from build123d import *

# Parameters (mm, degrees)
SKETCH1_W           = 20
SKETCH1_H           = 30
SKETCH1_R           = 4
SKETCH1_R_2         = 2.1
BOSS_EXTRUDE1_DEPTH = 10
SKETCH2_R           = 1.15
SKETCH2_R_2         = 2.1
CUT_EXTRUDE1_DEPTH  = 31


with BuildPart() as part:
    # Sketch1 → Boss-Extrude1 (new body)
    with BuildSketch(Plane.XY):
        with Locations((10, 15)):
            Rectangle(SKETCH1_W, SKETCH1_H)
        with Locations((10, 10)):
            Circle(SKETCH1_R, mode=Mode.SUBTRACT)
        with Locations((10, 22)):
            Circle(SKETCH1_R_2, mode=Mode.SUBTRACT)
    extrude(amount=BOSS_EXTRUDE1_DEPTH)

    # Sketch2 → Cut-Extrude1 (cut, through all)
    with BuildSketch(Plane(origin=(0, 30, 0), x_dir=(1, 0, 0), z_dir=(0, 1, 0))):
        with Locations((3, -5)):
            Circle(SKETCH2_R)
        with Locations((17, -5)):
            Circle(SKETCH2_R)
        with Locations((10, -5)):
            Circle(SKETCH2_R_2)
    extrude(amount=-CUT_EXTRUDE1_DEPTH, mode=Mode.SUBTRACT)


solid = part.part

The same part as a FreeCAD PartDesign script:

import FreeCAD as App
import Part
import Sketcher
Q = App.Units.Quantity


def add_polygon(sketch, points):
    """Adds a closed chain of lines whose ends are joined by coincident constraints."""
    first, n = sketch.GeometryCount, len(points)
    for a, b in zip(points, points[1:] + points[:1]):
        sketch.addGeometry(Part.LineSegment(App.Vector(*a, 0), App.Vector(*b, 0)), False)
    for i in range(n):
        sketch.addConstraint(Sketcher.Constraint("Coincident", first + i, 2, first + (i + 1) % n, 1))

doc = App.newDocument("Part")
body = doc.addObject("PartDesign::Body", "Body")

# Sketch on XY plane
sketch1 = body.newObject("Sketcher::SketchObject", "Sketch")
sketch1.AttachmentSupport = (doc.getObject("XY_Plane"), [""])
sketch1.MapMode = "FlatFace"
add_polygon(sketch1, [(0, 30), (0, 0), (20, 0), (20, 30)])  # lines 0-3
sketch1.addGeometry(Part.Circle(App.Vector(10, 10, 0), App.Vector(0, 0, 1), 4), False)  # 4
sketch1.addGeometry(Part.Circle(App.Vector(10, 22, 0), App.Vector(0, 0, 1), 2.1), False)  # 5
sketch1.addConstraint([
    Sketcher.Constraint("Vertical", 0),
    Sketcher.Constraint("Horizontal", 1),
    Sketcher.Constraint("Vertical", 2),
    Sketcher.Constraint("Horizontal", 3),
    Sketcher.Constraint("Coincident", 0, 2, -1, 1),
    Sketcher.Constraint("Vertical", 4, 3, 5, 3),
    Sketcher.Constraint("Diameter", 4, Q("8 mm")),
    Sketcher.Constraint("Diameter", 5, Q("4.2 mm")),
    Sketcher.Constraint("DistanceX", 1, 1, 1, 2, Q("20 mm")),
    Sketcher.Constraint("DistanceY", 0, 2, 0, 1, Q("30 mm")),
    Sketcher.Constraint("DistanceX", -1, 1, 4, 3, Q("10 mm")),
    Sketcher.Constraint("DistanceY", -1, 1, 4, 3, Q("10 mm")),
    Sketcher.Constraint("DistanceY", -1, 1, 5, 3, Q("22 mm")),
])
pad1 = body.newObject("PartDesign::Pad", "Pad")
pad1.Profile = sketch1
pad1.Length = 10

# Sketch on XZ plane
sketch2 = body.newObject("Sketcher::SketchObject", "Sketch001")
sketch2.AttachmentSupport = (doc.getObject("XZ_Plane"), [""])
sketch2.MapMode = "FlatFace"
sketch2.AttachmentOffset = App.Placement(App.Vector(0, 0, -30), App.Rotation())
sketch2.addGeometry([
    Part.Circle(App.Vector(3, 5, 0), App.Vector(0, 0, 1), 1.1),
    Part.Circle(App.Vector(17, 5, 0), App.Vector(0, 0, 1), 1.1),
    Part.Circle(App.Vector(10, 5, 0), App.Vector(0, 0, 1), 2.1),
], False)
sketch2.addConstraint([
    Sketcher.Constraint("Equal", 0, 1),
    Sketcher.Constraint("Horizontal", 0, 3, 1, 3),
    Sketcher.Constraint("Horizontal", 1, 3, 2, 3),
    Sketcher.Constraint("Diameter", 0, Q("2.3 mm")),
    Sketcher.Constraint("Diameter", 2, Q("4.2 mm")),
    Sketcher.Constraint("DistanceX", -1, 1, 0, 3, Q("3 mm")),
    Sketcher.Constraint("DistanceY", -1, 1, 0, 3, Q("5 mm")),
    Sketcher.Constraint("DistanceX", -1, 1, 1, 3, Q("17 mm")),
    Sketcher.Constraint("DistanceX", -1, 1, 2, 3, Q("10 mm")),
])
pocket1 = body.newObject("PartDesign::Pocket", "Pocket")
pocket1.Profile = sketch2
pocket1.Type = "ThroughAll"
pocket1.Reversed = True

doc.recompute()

_ _ _ _ _ _ _

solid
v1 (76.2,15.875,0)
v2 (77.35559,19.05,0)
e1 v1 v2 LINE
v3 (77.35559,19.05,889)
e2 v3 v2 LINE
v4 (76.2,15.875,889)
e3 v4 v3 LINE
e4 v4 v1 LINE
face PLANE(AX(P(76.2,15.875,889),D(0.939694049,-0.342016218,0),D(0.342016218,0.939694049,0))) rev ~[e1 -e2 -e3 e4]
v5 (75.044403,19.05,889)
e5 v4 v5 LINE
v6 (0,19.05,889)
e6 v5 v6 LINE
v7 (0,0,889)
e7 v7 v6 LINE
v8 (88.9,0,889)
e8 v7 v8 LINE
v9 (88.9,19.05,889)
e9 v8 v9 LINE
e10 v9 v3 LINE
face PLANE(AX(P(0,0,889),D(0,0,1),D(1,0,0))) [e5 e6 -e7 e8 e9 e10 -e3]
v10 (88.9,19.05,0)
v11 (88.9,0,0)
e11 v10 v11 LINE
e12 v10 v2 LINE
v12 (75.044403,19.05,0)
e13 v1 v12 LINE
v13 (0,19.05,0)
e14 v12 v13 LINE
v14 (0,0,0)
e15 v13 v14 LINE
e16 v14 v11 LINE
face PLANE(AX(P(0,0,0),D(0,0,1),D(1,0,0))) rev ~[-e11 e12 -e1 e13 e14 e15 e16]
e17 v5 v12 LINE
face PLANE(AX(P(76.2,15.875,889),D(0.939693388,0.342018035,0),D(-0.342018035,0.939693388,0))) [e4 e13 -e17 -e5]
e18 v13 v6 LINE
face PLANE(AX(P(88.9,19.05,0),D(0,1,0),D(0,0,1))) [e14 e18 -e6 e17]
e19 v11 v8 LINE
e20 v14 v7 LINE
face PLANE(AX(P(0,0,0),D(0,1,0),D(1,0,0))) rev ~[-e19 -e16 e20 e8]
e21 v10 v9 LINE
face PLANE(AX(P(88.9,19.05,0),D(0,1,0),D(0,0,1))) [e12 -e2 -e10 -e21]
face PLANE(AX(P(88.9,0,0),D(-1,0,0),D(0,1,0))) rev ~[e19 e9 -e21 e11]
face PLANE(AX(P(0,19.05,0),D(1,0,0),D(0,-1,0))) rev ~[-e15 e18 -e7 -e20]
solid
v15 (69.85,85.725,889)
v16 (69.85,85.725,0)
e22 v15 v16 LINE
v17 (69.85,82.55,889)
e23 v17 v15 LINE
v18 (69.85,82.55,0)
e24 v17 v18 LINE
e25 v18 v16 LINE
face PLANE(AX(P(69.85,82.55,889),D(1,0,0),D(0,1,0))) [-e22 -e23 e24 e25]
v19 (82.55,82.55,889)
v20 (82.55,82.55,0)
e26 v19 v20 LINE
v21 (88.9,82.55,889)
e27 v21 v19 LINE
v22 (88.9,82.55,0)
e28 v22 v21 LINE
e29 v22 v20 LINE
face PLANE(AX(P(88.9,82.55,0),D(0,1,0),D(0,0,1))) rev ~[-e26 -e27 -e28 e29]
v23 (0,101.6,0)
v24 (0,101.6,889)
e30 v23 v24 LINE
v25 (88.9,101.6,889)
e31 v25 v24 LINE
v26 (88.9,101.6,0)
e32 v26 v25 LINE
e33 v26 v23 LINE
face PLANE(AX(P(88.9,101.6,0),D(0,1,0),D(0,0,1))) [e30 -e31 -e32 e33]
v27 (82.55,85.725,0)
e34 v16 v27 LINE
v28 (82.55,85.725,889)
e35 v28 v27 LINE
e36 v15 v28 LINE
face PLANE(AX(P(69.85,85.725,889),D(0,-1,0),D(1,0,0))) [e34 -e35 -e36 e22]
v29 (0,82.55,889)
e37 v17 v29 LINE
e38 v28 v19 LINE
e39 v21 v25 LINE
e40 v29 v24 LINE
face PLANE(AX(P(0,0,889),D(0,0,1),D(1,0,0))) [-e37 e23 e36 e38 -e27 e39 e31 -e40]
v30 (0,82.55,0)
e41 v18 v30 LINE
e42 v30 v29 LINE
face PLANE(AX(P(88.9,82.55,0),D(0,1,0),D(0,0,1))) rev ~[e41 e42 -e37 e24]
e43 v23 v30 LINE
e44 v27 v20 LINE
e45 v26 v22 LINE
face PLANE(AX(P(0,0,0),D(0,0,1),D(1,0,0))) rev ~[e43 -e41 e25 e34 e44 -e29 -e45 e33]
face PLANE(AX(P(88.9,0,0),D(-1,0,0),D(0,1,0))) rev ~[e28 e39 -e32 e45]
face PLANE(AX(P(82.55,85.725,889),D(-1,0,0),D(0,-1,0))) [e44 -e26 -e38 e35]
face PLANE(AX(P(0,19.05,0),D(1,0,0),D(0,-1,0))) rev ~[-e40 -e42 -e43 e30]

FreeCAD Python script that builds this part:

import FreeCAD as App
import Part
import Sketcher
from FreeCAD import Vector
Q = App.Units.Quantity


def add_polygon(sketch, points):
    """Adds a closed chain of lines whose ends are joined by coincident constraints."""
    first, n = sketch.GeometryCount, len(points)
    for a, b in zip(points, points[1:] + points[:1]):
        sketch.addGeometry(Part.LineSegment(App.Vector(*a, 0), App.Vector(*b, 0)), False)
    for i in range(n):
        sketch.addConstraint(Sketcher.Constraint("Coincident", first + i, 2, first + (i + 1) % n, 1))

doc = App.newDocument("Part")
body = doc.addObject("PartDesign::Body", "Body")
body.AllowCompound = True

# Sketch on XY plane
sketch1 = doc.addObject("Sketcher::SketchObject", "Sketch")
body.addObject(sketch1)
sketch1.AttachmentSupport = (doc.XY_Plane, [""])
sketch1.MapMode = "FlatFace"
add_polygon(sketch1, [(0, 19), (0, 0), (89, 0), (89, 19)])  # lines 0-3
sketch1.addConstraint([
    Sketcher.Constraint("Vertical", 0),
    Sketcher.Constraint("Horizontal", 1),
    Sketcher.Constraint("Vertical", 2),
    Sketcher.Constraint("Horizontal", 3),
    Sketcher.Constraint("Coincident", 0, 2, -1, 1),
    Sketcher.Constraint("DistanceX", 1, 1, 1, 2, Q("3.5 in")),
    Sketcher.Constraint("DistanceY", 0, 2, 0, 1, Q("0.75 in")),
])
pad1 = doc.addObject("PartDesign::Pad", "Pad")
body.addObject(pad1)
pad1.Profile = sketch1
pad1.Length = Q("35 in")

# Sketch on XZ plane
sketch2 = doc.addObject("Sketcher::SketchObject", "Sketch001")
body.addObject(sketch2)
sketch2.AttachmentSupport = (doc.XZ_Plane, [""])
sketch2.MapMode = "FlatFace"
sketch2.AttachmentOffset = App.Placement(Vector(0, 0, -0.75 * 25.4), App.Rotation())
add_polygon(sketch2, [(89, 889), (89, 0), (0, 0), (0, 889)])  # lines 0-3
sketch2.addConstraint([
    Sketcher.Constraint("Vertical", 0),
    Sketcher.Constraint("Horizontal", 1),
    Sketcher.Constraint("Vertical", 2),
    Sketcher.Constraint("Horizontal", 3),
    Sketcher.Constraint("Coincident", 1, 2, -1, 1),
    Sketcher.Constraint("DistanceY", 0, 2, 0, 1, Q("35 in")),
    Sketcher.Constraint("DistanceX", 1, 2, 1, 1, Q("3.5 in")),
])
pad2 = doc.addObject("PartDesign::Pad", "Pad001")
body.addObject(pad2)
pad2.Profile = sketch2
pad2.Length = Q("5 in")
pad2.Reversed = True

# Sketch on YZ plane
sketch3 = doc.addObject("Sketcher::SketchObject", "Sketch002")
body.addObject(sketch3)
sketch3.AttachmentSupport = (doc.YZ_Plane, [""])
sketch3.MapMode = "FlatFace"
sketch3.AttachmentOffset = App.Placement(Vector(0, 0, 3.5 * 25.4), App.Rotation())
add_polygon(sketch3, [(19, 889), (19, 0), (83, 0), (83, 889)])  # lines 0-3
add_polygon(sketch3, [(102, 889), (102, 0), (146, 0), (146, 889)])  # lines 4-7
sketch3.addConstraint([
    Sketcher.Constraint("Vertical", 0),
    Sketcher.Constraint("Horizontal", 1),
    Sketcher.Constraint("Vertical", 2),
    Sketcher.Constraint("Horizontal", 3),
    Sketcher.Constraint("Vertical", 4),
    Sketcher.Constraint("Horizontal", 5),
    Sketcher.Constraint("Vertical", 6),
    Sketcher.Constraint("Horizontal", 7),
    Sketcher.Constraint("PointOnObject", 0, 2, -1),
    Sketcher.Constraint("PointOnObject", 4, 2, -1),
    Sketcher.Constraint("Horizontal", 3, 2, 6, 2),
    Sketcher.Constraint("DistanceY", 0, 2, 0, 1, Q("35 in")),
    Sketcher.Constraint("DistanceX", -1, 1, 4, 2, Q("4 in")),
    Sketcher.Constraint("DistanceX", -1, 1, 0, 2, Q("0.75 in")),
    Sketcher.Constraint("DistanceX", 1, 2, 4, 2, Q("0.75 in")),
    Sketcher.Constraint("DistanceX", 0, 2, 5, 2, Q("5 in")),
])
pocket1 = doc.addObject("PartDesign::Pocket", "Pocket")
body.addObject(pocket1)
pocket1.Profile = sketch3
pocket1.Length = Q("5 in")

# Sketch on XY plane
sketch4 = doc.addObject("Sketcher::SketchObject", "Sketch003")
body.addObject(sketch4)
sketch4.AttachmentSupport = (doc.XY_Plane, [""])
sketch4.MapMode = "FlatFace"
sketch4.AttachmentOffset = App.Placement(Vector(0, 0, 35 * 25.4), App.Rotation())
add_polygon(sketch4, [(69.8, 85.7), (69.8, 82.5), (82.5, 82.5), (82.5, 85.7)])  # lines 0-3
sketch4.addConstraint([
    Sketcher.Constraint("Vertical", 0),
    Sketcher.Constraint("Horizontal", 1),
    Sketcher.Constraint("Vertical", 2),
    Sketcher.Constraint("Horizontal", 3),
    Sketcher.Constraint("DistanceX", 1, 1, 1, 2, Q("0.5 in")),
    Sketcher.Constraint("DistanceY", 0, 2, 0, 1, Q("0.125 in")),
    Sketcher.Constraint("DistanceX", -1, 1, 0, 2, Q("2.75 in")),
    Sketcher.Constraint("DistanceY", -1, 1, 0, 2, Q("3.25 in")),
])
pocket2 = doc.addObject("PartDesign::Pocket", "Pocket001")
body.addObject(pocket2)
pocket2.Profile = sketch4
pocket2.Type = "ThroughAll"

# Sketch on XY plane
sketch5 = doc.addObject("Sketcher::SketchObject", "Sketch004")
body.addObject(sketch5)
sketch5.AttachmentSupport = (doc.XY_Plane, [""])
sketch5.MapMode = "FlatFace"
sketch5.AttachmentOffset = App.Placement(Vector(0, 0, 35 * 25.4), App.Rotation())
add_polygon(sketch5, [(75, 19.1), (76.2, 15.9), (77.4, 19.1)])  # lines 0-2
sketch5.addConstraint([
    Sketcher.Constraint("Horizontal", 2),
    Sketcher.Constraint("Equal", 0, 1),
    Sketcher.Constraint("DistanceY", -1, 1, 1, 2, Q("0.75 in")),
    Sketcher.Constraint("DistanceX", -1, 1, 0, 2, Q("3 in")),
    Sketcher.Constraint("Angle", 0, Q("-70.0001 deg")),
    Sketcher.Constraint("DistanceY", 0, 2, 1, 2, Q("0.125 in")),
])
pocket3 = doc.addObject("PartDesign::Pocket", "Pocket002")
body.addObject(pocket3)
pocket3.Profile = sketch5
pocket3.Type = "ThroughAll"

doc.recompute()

_ _ _ _ _ _ _

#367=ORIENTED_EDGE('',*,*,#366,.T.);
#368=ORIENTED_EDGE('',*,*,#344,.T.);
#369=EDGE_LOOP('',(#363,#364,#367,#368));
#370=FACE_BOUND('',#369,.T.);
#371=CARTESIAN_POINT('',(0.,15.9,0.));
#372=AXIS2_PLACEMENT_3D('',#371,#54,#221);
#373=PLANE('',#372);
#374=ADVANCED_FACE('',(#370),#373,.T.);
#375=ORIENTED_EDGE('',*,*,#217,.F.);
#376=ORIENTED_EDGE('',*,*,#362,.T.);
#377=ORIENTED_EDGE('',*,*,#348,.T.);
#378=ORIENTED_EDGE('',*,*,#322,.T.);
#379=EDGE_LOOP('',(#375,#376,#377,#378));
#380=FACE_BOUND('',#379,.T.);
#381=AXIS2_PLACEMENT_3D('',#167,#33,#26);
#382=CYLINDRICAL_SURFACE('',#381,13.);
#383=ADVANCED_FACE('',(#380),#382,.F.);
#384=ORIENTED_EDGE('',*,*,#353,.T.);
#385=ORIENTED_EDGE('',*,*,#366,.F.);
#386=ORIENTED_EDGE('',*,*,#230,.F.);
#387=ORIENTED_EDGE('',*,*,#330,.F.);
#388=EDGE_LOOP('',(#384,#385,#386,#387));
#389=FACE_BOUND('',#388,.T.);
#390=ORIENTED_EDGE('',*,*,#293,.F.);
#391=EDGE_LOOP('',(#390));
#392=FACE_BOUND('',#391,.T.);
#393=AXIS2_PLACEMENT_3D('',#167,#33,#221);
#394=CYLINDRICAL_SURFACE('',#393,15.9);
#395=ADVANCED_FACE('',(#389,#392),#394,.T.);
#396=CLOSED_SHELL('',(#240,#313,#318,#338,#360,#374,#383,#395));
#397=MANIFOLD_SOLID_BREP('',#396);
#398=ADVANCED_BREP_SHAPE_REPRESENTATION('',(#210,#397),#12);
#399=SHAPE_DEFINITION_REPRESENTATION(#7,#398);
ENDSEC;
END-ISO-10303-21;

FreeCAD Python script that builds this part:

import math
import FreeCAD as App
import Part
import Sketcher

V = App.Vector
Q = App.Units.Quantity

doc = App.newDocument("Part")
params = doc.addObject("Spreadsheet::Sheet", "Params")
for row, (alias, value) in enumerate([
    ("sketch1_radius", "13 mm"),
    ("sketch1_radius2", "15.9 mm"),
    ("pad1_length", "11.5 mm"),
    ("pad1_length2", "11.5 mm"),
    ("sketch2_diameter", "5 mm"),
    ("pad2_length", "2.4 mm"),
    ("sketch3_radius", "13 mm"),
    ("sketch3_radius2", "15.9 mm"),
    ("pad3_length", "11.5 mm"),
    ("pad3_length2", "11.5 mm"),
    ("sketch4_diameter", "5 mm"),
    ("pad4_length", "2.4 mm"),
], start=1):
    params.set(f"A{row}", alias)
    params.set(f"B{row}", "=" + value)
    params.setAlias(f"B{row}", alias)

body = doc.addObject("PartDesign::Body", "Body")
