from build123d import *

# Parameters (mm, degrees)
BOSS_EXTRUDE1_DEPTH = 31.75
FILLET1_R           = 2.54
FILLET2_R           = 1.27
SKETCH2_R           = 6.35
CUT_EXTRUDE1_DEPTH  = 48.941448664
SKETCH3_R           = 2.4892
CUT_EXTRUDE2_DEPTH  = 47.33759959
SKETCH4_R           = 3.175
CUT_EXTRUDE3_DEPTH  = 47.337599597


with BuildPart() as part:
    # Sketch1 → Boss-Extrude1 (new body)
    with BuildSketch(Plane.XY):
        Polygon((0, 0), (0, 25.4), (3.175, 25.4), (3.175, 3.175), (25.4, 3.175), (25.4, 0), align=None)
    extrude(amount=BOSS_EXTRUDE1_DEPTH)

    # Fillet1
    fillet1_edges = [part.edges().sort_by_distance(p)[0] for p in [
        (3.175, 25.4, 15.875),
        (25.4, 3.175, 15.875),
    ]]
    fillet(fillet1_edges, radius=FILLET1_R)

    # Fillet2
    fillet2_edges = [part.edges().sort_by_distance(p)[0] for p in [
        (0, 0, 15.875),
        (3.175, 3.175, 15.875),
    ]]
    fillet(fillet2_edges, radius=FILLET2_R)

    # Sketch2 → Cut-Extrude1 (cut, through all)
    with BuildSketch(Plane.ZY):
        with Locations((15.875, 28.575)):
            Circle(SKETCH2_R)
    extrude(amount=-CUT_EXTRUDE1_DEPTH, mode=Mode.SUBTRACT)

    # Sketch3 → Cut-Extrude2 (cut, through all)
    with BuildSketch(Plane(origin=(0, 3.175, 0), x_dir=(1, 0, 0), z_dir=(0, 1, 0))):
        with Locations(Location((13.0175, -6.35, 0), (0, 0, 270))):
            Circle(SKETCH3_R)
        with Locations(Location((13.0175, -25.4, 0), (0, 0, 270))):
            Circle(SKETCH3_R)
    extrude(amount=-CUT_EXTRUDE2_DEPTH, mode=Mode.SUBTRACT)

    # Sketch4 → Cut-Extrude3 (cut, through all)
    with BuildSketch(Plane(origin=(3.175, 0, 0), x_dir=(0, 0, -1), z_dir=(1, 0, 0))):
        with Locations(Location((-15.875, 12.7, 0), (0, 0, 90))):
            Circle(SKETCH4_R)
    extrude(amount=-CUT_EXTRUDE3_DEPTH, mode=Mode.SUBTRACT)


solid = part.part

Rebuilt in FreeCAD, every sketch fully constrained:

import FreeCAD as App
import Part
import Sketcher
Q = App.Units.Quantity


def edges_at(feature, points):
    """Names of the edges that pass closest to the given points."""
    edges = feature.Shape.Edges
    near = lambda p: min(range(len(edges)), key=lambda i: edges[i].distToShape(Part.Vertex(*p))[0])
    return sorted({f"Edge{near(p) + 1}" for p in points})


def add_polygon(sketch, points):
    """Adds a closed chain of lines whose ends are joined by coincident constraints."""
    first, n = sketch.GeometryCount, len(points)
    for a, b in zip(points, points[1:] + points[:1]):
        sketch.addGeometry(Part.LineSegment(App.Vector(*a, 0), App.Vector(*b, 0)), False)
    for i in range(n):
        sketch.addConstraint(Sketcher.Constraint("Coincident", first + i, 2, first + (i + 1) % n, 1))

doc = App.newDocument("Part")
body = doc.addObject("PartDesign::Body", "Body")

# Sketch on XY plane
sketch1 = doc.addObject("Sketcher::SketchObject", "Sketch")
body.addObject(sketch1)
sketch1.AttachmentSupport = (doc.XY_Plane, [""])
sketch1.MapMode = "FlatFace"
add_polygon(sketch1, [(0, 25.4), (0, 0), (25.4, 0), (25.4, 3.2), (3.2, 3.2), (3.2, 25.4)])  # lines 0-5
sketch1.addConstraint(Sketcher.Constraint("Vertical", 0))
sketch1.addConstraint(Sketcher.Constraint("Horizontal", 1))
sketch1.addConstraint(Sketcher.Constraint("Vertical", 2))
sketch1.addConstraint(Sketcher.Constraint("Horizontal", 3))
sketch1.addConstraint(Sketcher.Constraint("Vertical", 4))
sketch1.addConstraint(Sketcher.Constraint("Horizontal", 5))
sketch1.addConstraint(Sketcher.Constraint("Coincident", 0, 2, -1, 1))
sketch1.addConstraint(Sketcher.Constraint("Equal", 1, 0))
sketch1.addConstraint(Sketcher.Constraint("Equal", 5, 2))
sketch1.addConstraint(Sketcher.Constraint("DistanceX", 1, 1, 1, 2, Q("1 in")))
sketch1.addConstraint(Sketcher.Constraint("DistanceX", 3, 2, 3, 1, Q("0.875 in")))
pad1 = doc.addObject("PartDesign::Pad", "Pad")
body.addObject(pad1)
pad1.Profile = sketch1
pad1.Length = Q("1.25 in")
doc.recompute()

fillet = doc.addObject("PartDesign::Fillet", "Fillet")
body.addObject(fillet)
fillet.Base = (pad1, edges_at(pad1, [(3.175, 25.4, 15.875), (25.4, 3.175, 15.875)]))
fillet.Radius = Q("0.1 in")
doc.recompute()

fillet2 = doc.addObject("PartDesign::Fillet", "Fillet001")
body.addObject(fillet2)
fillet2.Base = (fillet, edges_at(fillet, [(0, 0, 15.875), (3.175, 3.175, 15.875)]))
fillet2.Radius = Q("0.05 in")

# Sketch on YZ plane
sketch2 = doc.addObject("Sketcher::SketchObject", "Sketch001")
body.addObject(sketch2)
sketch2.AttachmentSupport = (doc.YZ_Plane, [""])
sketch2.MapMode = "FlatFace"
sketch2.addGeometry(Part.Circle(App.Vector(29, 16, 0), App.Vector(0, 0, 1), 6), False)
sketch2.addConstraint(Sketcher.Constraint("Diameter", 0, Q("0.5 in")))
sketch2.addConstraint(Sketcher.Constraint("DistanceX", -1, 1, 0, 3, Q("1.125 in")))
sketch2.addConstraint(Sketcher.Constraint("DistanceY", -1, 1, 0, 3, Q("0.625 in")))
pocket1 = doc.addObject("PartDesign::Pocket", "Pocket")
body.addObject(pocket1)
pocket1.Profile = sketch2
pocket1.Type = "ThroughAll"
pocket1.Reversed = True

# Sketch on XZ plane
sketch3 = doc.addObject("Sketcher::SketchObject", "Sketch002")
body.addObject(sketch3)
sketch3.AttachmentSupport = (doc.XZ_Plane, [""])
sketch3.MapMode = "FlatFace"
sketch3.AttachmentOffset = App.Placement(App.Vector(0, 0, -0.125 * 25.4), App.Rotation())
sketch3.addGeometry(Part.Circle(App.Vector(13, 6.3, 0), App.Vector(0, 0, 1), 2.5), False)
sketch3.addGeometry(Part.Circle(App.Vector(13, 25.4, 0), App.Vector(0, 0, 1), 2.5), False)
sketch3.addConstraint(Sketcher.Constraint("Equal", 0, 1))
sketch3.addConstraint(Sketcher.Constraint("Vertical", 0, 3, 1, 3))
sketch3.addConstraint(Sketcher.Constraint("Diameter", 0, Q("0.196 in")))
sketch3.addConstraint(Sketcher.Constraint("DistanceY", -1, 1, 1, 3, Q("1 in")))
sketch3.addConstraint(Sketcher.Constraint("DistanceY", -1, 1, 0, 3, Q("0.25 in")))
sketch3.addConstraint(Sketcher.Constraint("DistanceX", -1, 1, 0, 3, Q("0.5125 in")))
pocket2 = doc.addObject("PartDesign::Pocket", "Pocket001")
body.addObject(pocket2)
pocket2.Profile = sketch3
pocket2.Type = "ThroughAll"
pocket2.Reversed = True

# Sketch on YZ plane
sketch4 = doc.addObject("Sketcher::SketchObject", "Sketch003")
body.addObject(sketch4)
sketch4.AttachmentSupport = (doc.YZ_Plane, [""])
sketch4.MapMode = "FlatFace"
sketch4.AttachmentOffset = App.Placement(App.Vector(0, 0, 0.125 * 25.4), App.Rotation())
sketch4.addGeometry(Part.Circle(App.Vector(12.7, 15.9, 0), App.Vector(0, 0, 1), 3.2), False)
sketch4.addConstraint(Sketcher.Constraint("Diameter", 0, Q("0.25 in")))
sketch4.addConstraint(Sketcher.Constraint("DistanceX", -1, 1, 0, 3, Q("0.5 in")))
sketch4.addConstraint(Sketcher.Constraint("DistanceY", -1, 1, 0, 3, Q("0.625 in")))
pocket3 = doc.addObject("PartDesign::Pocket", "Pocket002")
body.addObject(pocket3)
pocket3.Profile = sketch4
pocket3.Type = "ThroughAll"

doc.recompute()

_ _ _ _ _ _ _

=== WORK TASK ===
Where a line above holds the string "BuildSketch", show that line.

=== SOLUTION FOR THIS EXERCISE ===
    with BuildSketch(Plane.XY):
    with BuildSketch(Plane(origin=(0, 30, 0), x_dir=(1, 0, 0), z_dir=(0, 1, 0))):
    with BuildSketch(Plane.XY):
    with BuildSketch(Plane.ZY):
    with BuildSketch(Plane(origin=(0, 3.175, 0), x_dir=(1, 0, 0), z_dir=(0, 1, 0))):
    with BuildSketch(Plane(origin=(3.175, 0, 0), x_dir=(0, 0, -1), z_dir=(1, 0, 0))):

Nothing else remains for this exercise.